Take the lines below beginning at the line that has "face PLANE(AX(P(0,0,0),D(0,0,1),D(1,0,0))) rev" and stopping after the line that has "e16 v1 v7 CIRCLE(AX(P(0,0,5),D(0,0,1),D(1,0,0)),4)", and print them exactly as they are, with no other lines.

**Data shown:**
▶

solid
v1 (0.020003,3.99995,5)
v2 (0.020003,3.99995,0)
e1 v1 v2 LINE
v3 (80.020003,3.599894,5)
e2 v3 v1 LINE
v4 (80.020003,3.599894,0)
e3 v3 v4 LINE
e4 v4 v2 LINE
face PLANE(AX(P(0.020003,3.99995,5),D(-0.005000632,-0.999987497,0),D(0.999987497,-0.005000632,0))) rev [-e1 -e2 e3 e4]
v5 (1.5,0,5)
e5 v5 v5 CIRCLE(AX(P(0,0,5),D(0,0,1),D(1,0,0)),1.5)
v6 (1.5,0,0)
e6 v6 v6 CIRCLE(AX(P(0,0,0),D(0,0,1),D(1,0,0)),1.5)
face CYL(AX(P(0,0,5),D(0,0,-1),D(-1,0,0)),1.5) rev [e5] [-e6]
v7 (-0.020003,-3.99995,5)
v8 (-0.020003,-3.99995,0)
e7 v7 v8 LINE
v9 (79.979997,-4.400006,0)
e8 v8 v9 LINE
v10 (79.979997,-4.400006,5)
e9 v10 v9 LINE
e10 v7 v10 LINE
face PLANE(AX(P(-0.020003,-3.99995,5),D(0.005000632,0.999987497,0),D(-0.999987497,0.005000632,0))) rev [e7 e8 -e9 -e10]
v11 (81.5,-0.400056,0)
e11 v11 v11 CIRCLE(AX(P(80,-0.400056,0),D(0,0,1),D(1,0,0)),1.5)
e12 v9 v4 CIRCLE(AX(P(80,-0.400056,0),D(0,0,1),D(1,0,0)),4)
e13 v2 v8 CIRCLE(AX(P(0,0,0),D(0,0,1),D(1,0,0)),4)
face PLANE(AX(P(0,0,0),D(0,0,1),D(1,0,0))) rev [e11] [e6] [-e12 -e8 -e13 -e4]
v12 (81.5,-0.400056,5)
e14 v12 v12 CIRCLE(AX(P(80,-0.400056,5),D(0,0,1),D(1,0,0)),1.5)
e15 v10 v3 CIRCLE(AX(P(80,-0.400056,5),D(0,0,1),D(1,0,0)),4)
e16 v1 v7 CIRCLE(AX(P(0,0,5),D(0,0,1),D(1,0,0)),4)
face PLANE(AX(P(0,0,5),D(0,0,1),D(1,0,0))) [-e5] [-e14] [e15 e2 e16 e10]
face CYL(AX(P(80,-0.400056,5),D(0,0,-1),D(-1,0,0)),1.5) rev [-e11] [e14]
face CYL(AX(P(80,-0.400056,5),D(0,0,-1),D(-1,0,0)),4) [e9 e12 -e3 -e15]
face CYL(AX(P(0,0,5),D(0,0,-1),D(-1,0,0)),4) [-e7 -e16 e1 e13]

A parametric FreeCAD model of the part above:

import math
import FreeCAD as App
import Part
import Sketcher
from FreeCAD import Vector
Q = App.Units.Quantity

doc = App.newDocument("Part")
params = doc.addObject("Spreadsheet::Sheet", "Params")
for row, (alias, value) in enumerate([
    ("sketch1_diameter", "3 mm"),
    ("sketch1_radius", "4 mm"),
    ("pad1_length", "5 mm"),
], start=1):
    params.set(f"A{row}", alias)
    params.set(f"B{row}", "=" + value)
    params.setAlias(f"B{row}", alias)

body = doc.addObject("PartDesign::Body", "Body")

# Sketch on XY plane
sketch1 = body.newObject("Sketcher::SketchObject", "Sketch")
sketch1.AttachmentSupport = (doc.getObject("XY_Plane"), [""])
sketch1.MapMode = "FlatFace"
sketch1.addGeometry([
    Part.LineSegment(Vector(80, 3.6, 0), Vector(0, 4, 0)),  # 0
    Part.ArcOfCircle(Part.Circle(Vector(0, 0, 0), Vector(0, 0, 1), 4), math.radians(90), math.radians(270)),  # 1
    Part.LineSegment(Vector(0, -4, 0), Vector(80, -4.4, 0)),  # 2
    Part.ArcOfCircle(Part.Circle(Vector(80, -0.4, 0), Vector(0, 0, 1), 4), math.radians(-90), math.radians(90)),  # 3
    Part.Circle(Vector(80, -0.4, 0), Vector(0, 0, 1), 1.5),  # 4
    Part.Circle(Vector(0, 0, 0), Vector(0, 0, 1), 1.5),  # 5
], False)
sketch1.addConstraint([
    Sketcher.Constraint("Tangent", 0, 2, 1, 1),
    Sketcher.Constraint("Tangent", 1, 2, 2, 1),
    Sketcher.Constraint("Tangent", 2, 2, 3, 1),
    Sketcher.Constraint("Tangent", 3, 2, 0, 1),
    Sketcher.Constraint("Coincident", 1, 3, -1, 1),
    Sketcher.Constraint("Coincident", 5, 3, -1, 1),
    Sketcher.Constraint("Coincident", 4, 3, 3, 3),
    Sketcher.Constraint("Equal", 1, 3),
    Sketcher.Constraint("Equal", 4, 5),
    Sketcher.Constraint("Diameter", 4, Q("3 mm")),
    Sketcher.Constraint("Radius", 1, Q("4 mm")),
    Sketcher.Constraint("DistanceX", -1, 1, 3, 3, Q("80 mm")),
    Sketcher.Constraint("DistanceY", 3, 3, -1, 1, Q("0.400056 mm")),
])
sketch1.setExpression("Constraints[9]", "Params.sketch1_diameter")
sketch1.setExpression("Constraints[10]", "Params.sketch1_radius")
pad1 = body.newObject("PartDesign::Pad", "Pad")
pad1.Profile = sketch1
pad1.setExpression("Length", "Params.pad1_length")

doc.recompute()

◀
▶

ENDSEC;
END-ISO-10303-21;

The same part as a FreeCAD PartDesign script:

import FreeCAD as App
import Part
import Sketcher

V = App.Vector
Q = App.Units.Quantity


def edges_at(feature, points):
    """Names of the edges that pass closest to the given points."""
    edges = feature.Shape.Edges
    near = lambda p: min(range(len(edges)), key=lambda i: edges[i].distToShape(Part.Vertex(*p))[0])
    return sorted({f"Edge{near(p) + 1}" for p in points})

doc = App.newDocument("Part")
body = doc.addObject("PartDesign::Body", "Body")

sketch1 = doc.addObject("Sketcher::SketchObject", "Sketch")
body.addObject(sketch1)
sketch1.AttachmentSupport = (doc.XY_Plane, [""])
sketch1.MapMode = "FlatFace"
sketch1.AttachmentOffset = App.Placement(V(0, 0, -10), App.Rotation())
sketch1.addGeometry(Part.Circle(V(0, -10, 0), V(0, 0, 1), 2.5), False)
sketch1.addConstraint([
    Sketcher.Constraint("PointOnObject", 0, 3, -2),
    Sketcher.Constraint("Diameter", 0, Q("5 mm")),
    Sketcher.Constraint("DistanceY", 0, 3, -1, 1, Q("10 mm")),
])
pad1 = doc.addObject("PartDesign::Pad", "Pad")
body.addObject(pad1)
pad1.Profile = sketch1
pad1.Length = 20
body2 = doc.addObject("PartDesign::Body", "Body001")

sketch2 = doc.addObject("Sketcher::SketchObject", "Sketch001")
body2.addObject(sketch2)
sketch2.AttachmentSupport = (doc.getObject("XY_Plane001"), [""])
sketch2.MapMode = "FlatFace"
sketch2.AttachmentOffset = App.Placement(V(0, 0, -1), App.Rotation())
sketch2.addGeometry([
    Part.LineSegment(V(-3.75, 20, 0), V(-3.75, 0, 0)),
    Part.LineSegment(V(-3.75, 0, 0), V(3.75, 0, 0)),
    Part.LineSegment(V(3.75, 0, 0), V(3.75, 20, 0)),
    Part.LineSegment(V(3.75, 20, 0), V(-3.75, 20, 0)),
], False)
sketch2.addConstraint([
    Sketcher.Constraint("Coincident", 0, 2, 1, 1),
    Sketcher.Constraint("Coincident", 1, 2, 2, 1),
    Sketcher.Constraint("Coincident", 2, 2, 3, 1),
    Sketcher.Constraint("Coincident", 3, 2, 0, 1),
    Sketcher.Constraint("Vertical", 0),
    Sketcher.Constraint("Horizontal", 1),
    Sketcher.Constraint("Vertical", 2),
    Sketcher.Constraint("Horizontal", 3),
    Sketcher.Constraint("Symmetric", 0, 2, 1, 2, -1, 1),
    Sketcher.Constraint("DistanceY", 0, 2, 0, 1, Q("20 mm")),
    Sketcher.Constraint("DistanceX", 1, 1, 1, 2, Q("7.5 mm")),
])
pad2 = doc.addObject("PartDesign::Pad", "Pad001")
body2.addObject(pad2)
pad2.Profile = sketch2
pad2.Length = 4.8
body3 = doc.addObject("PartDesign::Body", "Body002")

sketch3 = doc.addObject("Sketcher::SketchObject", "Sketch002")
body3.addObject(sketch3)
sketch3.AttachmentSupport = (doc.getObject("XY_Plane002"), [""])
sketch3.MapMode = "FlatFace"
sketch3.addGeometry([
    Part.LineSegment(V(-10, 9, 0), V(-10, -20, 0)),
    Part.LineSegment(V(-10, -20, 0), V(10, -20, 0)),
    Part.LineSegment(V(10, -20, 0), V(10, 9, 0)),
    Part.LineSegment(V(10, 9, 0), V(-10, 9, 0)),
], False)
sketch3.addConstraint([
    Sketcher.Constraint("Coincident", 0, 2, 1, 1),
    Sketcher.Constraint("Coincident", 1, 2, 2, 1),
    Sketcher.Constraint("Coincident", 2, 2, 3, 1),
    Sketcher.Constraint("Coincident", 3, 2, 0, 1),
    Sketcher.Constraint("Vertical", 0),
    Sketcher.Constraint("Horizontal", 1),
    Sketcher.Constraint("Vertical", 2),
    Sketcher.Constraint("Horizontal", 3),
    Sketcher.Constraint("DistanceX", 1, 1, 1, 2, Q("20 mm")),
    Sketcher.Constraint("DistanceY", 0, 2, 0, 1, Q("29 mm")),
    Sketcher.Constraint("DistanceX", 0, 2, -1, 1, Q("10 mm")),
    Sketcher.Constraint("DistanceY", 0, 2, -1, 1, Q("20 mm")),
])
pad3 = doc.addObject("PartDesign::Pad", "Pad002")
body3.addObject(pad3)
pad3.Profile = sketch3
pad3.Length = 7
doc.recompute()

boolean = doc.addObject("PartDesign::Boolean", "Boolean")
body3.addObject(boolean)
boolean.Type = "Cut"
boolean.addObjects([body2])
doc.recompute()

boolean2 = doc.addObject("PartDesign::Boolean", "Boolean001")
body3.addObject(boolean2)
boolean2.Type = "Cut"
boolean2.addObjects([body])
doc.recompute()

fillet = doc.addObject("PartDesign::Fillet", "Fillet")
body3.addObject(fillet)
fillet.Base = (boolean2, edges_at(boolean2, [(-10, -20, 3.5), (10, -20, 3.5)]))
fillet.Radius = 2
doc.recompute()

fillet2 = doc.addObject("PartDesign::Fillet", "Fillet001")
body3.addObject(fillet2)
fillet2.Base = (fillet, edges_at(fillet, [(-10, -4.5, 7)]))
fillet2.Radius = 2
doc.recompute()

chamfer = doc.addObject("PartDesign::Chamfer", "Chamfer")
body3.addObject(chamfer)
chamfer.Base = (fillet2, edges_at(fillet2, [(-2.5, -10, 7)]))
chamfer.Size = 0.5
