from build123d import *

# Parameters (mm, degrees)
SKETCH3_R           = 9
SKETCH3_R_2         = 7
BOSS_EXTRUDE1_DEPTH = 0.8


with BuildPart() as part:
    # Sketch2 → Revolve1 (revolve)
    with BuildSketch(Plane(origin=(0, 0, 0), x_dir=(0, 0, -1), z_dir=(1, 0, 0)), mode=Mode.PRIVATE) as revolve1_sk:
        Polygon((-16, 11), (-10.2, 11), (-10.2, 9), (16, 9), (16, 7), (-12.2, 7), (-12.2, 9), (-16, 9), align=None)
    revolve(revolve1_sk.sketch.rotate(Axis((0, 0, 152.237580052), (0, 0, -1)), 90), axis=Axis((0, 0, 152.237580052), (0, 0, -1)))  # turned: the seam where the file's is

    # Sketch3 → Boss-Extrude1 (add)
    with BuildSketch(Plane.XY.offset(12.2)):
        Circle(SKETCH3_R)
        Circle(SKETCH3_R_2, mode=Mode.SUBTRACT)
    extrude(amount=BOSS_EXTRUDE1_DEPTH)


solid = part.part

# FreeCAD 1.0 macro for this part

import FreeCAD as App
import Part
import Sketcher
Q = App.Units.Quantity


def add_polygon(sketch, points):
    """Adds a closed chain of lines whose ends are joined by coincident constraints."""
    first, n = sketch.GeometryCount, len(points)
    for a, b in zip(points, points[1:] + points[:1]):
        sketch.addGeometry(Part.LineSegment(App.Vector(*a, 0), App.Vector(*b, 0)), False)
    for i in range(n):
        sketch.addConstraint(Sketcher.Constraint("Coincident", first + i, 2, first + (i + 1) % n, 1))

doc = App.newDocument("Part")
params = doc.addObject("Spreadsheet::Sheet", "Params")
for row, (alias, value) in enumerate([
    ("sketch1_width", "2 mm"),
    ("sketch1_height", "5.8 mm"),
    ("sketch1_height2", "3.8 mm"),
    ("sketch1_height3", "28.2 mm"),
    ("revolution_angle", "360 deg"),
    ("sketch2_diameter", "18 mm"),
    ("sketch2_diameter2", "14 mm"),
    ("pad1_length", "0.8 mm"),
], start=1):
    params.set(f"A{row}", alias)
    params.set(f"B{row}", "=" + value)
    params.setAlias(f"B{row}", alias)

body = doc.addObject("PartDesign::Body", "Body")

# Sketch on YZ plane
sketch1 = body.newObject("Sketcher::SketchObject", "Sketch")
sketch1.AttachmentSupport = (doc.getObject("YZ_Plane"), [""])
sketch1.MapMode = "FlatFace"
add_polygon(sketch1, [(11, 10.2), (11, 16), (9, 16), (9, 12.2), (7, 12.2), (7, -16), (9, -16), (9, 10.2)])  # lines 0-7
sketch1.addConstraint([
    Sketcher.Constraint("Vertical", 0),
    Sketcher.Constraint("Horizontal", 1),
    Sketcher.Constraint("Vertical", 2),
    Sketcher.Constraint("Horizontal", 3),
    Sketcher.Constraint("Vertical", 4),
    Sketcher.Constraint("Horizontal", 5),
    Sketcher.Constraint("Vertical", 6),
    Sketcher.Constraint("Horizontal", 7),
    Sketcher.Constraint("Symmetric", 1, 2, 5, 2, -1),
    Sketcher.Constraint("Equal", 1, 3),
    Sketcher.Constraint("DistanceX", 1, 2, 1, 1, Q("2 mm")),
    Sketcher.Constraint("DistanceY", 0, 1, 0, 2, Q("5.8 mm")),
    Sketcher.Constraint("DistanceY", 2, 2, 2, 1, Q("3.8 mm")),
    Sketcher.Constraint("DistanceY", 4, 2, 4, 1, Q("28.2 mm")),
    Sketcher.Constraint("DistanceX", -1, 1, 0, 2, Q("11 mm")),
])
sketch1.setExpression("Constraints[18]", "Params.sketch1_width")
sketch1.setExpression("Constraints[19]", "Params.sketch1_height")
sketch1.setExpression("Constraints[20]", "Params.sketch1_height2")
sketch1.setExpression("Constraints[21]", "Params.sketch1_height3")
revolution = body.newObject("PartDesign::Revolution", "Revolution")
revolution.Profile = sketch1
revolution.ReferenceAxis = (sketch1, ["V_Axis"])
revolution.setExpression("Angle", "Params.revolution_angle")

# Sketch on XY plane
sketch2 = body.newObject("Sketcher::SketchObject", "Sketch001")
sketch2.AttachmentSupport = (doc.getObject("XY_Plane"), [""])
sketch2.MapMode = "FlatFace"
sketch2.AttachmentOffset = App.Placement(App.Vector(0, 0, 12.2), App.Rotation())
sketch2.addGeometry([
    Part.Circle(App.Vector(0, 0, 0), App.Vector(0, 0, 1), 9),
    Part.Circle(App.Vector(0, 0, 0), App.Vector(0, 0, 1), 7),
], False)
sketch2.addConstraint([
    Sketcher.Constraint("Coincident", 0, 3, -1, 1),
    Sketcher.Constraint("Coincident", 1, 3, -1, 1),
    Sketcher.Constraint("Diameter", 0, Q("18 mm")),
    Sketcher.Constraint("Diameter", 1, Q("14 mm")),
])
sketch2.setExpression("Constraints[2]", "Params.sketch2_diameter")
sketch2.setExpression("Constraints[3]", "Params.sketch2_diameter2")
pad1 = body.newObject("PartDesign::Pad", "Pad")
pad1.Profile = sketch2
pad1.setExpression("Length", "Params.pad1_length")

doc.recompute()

◀

**Answer section:**
face PLANE(AX(P(0,0,0),D(0,0,1),D(1,0,0))) rev [e11] [e6] [-e12 -e8 -e13 -e4]
v12 (81.5,-0.400056,5)
e14 v12 v12 CIRCLE(AX(P(80,-0.400056,5),D(0,0,1),D(1,0,0)),1.5)
e15 v10 v3 CIRCLE(AX(P(80,-0.400056,5),D(0,0,1),D(1,0,0)),4)
e16 v1 v7 CIRCLE(AX(P(0,0,5),D(0,0,1),D(1,0,0)),4)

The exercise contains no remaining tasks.